Right to Left Websites in WordPress

While translating your website can be tricky, translating it into a language that is read from right to left can seem even more daunting. The good news is that the WordPress cms has excellent built in support for different languages as well there being a number of excellent plugins to help.

In this post we are going to look at how to create right to left websites in WordPress, covering both the use of existing themes and those that are created from scratch.

To make your website read coherently from right to left you will usually find that simply switching the direction of the text is not sufficient, you will want to switch the entire layout of the website so that those viewing the site from right to left have the equivalent experience of those viewing from left to right. .

Using a Theme in Right to Left Layout

If your website is built on a pre-built theme then it may have built in support for right to left, or rtl, layouts. There are a couple of ways that you can check this:

  1. Go to Settings > General and select an rtl language from the Site Language dropdown and click Save Changes.

You will see that the WordPress dashboard will now display right to left:

If you now go to your live site it will display with a reversed layout if it supports rtl languages and even if it doesn’t it will change your text to read from right to left.

2. If you are a little more technical you can quickly check if your theme supports rtl by looking to see if there is a rtl.css stylesheet. This will be contained in the root of the theme (usually located in /wp-content/themes/theme-name/ ).

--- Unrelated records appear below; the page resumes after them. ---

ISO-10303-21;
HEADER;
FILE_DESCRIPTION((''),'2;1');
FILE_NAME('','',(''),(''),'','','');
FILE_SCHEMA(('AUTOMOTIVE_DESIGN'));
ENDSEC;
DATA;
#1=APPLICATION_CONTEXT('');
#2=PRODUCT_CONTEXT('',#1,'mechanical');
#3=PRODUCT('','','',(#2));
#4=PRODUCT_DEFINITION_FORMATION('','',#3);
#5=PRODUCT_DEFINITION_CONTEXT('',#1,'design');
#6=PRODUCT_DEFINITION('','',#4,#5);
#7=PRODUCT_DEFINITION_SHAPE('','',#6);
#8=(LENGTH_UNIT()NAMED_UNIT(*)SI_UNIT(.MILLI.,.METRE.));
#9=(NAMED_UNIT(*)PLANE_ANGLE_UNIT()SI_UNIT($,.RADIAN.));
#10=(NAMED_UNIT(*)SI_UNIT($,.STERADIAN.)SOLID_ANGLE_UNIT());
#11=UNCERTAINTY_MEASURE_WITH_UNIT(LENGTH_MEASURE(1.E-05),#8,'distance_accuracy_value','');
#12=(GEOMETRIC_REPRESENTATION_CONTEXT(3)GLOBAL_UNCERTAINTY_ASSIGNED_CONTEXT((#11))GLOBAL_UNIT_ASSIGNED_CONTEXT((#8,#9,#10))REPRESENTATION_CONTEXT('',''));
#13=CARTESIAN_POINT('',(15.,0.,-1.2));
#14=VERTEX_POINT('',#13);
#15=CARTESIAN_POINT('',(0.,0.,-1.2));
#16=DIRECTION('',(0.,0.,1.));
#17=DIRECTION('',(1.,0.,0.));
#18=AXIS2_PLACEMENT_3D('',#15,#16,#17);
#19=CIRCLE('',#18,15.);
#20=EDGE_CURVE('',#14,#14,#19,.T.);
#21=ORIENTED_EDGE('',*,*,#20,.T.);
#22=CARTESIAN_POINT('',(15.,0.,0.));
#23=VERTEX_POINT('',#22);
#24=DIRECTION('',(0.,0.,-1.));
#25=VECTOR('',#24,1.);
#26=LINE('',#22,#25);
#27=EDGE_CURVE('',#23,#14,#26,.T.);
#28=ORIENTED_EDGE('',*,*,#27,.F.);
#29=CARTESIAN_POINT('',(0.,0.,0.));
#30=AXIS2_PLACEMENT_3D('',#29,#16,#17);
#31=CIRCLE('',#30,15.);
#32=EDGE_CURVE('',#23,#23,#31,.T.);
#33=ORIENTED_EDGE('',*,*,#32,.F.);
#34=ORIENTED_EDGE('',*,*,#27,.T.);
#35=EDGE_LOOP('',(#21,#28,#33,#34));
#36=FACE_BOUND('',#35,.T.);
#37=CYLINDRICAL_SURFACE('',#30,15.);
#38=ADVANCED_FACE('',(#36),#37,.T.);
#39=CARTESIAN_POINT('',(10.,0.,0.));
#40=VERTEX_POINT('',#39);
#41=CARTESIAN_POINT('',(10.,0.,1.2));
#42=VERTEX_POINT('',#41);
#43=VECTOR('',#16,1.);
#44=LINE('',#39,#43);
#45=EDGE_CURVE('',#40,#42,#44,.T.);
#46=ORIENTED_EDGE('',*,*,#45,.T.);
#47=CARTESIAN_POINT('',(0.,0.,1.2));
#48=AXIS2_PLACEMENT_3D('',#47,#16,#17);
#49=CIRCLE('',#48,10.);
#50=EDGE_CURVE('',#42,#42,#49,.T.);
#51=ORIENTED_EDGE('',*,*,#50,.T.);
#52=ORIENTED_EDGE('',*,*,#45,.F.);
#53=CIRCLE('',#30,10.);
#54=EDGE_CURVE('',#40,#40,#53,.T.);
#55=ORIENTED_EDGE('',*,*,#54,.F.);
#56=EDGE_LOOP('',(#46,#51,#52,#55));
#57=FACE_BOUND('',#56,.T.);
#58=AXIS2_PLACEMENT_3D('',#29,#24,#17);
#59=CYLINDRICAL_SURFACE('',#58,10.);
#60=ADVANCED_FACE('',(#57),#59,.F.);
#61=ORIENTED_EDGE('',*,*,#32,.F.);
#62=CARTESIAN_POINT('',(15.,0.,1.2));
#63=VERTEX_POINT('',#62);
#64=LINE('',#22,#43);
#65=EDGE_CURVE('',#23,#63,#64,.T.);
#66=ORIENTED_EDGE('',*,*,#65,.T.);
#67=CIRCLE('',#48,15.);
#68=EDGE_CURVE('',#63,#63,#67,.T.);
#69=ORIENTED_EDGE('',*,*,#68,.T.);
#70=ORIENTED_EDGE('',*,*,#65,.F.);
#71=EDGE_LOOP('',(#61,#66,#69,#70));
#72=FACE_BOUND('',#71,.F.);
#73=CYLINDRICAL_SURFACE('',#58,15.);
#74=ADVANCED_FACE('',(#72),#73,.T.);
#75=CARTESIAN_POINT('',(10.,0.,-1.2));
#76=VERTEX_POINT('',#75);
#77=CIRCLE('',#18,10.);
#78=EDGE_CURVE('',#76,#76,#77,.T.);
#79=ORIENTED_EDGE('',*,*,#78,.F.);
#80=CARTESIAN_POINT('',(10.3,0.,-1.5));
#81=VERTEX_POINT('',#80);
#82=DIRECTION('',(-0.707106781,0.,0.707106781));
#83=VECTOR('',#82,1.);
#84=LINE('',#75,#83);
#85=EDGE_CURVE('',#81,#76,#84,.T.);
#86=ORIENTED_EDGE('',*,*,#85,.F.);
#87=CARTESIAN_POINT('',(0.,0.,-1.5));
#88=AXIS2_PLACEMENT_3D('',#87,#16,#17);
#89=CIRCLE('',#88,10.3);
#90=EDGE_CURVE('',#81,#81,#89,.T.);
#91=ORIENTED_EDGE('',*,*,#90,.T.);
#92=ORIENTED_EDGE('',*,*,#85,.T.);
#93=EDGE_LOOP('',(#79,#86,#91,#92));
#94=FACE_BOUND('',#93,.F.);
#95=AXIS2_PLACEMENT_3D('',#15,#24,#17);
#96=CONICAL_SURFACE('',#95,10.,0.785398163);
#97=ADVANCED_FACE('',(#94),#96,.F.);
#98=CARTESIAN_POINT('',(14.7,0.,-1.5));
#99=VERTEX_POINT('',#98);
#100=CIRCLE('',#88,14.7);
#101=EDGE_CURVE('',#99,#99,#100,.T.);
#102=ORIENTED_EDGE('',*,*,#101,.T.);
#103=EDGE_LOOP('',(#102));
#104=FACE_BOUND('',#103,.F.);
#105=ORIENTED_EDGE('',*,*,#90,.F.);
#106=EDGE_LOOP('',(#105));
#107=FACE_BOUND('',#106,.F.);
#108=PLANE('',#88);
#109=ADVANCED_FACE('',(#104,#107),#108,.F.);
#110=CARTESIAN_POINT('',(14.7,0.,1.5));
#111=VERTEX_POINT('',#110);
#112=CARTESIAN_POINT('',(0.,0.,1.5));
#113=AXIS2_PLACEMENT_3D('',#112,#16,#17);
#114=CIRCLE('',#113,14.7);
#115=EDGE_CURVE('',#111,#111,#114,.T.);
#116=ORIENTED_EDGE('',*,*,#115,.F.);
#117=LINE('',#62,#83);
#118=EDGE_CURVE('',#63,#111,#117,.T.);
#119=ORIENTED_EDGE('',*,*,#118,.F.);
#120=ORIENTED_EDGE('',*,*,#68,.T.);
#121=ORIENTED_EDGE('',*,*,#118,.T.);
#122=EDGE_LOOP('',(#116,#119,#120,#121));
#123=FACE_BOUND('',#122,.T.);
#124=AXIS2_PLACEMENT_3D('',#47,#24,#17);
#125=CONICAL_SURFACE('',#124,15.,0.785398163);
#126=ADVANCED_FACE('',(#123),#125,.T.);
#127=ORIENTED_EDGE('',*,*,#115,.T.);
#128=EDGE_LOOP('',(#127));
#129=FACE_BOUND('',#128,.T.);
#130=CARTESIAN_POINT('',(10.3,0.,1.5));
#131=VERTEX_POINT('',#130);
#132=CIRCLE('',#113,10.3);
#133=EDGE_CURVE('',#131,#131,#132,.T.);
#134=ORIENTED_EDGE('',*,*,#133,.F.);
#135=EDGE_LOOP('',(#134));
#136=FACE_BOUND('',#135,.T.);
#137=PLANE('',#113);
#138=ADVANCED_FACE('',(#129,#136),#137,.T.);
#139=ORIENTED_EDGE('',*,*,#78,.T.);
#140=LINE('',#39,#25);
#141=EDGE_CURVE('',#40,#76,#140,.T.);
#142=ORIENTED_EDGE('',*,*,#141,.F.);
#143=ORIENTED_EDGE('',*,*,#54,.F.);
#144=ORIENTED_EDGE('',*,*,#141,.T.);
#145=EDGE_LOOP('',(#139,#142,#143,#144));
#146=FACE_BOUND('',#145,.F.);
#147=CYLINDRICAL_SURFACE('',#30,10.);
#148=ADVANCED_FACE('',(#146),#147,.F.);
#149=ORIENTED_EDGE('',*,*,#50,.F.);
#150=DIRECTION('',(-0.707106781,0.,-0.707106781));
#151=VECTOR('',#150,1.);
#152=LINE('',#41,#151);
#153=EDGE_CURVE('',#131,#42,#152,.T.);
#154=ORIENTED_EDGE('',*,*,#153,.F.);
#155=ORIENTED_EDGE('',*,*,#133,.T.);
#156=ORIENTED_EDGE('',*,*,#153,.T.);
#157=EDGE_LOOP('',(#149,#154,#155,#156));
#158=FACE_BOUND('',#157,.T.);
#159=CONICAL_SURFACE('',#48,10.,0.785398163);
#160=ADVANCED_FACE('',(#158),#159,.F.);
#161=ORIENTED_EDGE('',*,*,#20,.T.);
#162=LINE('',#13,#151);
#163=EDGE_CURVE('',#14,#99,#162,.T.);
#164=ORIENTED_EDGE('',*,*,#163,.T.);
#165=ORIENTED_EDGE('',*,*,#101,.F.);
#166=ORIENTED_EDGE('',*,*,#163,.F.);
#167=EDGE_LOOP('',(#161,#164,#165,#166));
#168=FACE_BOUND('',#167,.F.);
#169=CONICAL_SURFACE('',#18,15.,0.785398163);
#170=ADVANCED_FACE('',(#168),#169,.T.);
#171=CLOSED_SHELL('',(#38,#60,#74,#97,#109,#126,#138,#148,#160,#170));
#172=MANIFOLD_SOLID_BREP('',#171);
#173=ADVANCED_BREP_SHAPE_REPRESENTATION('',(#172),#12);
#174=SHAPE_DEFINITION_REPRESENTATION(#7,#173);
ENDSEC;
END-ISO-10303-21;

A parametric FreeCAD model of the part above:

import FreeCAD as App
import Part
import Sketcher
Q = App.Units.Quantity


def edges_at(feature, points):
    """Names of the edges that pass closest to the given points."""
    edges = feature.Shape.Edges
    near = lambda p: min(range(len(edges)), key=lambda i: edges[i].distToShape(Part.Vertex(*p))[0])
    return sorted({f"Edge{near(p) + 1}" for p in points})

doc = App.newDocument("Part")
body = doc.addObject("PartDesign::Body", "Body")

sketch1 = doc.addObject("Sketcher::SketchObject", "Sketch")
body.addObject(sketch1)
sketch1.AttachmentSupport = (doc.XY_Plane, [""])
sketch1.MapMode = "FlatFace"
sketch1.addGeometry(Part.Circle(App.Vector(0, 0, 0), App.Vector(0, 0, 1), 15), False)
sketch1.addGeometry(Part.Circle(App.Vector(0, 0, 0), App.Vector(0, 0, 1), 10), False)
sketch1.addConstraint(Sketcher.Constraint("Coincident", 0, 3, -1, 1))
sketch1.addConstraint(Sketcher.Constraint("Coincident", 1, 3, -1, 1))
sketch1.addConstraint(Sketcher.Constraint("Diameter", 0, Q("30 mm")))
sketch1.addConstraint(Sketcher.Constraint("Diameter", 1, Q("20 mm")))
pad1 = doc.addObject("PartDesign::Pad", "Pad")
body.addObject(pad1)
pad1.Profile = sketch1
pad1.Length = 3
pad1.Midplane = True
doc.recompute()

chamfer = doc.addObject("PartDesign::Chamfer", "Chamfer")
body.addObject(chamfer)
chamfer.Base = (pad1, edges_at(pad1, [
    (-10, 0, 1.5),
    (-15, 0, 1.5),
    (-10, 0, -1.5),
    (-15, 0, -1.5),
]))
chamfer.Size = 0.3

doc.recompute()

3. There is also a plugin called RTL Tester which you can use to test your site in rtl layout without having your visitors see it on the live site. It is available in the WordPress Plugin Repository.

 

Converting Your Website to Right to Left Layout

If your website uses a custom theme that doesn’t have rtl functionality you will need to add it to the site. This is not a difficult process, although it can be time consuming:

  1. If your theme doesn’t have an rtl.css stylesheet the first thing you will need to do is to create one. To do this you should copy your themes main stylesheet (usually called style.css).
  2. Under the body attribute add direction:rtl; and unicode-bidi:embed;
  3. Save the file as rtl.css
  4. You will then need to go through your stylesheet and make the following changes:
    1. Remove any unnecessary attributes – anything that is not related to the positioning of elements.
    2. Reverse the values of floats, text alignments and clears so that, for example, float:left; becomes float:right;
    3. Mirror the values of any paddings, margins and positionings so that, for example, padding-right:20px; becomes padding-left:20px; but also remember that you will need to zero the original value so you would also need to include padding-right:0px;
    4. You may also need to add reversed versions of your images if they are direction specific.
  5. Save your stylesheet and upload it to the root directory of your theme.
  6. Follow the above procedure in WordPress to change the language to an rtl language.

There is some really useful information and examples about the above procedure here: https://codex.wordpress.org/Right-to-Left_Language_Support

If Your Website is Multilingual

If your website is in several different languages then you probably use a plugin such as WPML (which is the standard plugin that we use for multilingual websites). In this case you obviously don’t want to change the site language in your WordPress settings as the site will not always be using just one language. So long as you have an rtl.css stylesheet you shouldn’t need to make any other changes, selecting the country from your language selector will add the rtl declaration to your page header prompting the site to use your rtl css.